Work required: The line containing "#44=VERTEX_POINT('',#43);" marks the end: output every line of the data up to it, and that line too, exactly as written.

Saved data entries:
--*--
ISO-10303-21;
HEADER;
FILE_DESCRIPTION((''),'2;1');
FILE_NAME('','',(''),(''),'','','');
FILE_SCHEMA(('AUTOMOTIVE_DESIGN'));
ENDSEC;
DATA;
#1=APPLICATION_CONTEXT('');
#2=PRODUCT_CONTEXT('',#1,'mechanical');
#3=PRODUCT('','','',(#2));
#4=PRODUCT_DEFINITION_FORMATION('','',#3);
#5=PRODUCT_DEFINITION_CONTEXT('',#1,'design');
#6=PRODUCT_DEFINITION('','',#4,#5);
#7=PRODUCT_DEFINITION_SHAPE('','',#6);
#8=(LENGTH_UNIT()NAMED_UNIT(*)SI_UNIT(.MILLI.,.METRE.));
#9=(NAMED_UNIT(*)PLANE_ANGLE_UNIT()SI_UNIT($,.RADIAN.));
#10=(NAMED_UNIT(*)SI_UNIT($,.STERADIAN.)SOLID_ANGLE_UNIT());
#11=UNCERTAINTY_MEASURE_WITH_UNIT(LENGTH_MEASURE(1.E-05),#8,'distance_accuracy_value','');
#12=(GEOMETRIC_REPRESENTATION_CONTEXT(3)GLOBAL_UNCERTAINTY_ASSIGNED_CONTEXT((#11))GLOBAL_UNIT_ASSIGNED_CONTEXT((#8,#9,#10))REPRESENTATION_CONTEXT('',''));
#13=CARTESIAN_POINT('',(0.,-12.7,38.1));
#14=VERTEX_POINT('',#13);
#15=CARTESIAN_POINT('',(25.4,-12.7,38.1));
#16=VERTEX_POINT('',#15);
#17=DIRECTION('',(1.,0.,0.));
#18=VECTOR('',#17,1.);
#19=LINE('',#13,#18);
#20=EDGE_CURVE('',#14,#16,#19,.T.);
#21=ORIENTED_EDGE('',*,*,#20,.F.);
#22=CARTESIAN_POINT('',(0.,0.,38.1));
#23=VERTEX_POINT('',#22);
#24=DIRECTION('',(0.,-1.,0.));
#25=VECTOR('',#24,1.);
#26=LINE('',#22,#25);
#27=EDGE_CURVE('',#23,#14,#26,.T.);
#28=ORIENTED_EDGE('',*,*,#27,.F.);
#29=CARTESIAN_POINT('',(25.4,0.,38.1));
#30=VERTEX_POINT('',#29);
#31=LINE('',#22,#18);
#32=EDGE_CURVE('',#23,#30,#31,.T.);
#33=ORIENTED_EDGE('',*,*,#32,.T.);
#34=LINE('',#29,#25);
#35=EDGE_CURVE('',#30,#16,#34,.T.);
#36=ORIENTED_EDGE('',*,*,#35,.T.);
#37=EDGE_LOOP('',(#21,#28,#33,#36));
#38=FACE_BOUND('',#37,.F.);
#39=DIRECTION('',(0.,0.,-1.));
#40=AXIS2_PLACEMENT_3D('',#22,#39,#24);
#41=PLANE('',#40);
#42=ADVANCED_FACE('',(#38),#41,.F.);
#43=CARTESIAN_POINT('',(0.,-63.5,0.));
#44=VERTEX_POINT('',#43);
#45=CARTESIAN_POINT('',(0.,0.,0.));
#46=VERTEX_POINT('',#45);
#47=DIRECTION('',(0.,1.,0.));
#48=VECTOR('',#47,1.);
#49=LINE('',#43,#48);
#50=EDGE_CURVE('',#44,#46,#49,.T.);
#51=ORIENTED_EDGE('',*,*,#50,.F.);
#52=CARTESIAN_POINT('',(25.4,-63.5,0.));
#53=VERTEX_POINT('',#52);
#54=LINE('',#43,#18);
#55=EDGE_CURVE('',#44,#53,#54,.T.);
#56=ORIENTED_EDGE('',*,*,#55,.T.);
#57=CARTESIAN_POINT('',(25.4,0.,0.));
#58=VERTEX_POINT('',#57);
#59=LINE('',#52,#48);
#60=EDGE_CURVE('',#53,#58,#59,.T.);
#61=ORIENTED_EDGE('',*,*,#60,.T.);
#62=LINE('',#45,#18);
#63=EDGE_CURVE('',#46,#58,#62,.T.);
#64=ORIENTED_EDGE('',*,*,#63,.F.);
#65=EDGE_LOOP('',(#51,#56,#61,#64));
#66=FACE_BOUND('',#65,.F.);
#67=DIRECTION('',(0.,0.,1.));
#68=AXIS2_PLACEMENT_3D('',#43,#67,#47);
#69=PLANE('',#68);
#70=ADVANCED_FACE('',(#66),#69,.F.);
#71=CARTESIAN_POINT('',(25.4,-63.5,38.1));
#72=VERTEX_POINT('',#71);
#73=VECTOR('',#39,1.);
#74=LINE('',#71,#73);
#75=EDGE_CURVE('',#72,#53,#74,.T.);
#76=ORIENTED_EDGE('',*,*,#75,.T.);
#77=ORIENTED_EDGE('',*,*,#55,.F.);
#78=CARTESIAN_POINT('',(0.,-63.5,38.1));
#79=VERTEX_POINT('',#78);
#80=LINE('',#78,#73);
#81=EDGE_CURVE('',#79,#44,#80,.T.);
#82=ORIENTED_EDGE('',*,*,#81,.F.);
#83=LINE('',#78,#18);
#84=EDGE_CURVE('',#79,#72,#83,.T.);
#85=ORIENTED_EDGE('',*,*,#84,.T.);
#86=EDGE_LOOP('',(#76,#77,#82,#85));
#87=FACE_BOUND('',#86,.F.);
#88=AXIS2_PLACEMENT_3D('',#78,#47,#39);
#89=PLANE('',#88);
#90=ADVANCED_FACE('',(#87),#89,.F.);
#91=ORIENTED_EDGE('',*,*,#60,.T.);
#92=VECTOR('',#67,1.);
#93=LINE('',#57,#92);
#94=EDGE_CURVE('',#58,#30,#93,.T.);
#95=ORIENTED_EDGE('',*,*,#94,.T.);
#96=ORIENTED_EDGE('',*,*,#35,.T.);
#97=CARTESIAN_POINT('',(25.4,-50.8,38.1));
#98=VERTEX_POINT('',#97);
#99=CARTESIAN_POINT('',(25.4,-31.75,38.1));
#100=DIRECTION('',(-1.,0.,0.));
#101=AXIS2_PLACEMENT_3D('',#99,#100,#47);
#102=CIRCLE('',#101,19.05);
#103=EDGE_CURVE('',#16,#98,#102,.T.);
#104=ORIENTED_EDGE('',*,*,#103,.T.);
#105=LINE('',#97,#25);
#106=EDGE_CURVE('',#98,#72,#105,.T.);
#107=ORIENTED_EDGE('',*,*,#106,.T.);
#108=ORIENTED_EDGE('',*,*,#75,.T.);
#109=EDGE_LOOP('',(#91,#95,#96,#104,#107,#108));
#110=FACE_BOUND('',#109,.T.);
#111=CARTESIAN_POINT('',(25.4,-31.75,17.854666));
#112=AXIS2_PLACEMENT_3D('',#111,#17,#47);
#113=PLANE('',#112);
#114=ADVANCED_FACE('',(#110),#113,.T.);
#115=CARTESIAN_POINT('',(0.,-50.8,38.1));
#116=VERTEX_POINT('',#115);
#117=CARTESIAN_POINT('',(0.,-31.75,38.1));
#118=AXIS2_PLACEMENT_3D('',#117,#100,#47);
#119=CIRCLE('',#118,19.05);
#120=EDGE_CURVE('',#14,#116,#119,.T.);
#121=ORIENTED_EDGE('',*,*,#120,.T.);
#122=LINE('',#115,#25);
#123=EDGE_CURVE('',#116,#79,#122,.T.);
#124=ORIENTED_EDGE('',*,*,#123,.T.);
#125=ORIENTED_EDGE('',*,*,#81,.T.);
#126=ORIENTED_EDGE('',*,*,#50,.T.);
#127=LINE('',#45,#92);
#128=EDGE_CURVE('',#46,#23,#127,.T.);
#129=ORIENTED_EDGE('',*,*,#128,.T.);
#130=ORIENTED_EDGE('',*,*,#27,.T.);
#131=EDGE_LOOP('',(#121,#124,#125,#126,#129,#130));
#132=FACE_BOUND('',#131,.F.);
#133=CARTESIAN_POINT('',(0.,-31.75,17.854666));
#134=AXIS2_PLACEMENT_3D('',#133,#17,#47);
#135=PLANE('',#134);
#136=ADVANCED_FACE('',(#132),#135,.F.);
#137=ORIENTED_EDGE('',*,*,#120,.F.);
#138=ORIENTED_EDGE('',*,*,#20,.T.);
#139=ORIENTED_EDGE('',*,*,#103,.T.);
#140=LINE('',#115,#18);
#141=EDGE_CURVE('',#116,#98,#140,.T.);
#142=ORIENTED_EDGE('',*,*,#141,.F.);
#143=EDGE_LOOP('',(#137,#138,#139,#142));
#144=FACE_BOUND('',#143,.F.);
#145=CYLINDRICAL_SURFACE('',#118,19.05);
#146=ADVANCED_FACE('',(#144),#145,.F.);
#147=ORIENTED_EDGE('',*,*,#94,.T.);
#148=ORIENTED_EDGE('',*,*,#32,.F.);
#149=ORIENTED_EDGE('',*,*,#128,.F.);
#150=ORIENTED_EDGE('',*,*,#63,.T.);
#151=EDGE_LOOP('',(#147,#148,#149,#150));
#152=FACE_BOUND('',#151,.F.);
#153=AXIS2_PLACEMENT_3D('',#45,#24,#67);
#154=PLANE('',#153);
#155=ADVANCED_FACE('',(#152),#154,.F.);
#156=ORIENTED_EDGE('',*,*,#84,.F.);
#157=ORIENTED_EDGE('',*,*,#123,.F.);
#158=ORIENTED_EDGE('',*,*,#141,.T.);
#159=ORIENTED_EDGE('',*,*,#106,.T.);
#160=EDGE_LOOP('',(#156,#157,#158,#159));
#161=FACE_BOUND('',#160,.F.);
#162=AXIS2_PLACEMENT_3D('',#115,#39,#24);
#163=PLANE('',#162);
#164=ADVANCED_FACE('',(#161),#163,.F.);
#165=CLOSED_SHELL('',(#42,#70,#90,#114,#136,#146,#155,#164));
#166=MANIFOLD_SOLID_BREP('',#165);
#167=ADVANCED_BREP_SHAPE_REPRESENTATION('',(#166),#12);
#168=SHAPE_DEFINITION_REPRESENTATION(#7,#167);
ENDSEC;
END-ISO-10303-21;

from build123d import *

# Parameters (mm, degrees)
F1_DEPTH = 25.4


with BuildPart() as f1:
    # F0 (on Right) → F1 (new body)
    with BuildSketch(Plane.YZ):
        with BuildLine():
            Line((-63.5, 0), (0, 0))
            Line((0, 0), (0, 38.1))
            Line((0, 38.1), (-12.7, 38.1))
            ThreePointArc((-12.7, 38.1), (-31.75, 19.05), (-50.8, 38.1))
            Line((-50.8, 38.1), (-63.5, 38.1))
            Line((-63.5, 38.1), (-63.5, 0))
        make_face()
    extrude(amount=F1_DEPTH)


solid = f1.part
--*--
Output:
ISO-10303-21;
HEADER;
FILE_DESCRIPTION((''),'2;1');
FILE_NAME('','',(''),(''),'','','');
FILE_SCHEMA(('AUTOMOTIVE_DESIGN'));
ENDSEC;
DATA;
#1=APPLICATION_CONTEXT('');
#2=PRODUCT_CONTEXT('',#1,'mechanical');
#3=PRODUCT('','','',(#2));
#4=PRODUCT_DEFINITION_FORMATION('','',#3);
#5=PRODUCT_DEFINITION_CONTEXT('',#1,'design');
#6=PRODUCT_DEFINITION('','',#4,#5);
#7=PRODUCT_DEFINITION_SHAPE('','',#6);
#8=(LENGTH_UNIT()NAMED_UNIT(*)SI_UNIT(.MILLI.,.METRE.));
#9=(NAMED_UNIT(*)PLANE_ANGLE_UNIT()SI_UNIT($,.RADIAN.));
#10=(NAMED_UNIT(*)SI_UNIT($,.STERADIAN.)SOLID_ANGLE_UNIT());
#11=UNCERTAINTY_MEASURE_WITH_UNIT(LENGTH_MEASURE(1.E-05),#8,'distance_accuracy_value','');
#12=(GEOMETRIC_REPRESENTATION_CONTEXT(3)GLOBAL_UNCERTAINTY_ASSIGNED_CONTEXT((#11))GLOBAL_UNIT_ASSIGNED_CONTEXT((#8,#9,#10))REPRESENTATION_CONTEXT('',''));
#13=CARTESIAN_POINT('',(0.,-12.7,38.1));
#14=VERTEX_POINT('',#13);
#15=CARTESIAN_POINT('',(25.4,-12.7,38.1));
#16=VERTEX_POINT('',#15);
#17=DIRECTION('',(1.,0.,0.));
#18=VECTOR('',#17,1.);
#19=LINE('',#13,#18);
#20=EDGE_CURVE('',#14,#16,#19,.T.);
#21=ORIENTED_EDGE('',*,*,#20,.F.);
#22=CARTESIAN_POINT('',(0.,0.,38.1));
#23=VERTEX_POINT('',#22);
#24=DIRECTION('',(0.,-1.,0.));
#25=VECTOR('',#24,1.);
#26=LINE('',#22,#25);
#27=EDGE_CURVE('',#23,#14,#26,.T.);
#28=ORIENTED_EDGE('',*,*,#27,.F.);
#29=CARTESIAN_POINT('',(25.4,0.,38.1));
#30=VERTEX_POINT('',#29);
#31=LINE('',#22,#18);
#32=EDGE_CURVE('',#23,#30,#31,.T.);
#33=ORIENTED_EDGE('',*,*,#32,.T.);
#34=LINE('',#29,#25);
#35=EDGE_CURVE('',#30,#16,#34,.T.);
#36=ORIENTED_EDGE('',*,*,#35,.T.);
#37=EDGE_LOOP('',(#21,#28,#33,#36));
#38=FACE_BOUND('',#37,.F.);
#39=DIRECTION('',(0.,0.,-1.));
#40=AXIS2_PLACEMENT_3D('',#22,#39,#24);
#41=PLANE('',#40);
#42=ADVANCED_FACE('',(#38),#41,.F.);
#43=CARTESIAN_POINT('',(0.,-63.5,0.));
#44=VERTEX_POINT('',#43);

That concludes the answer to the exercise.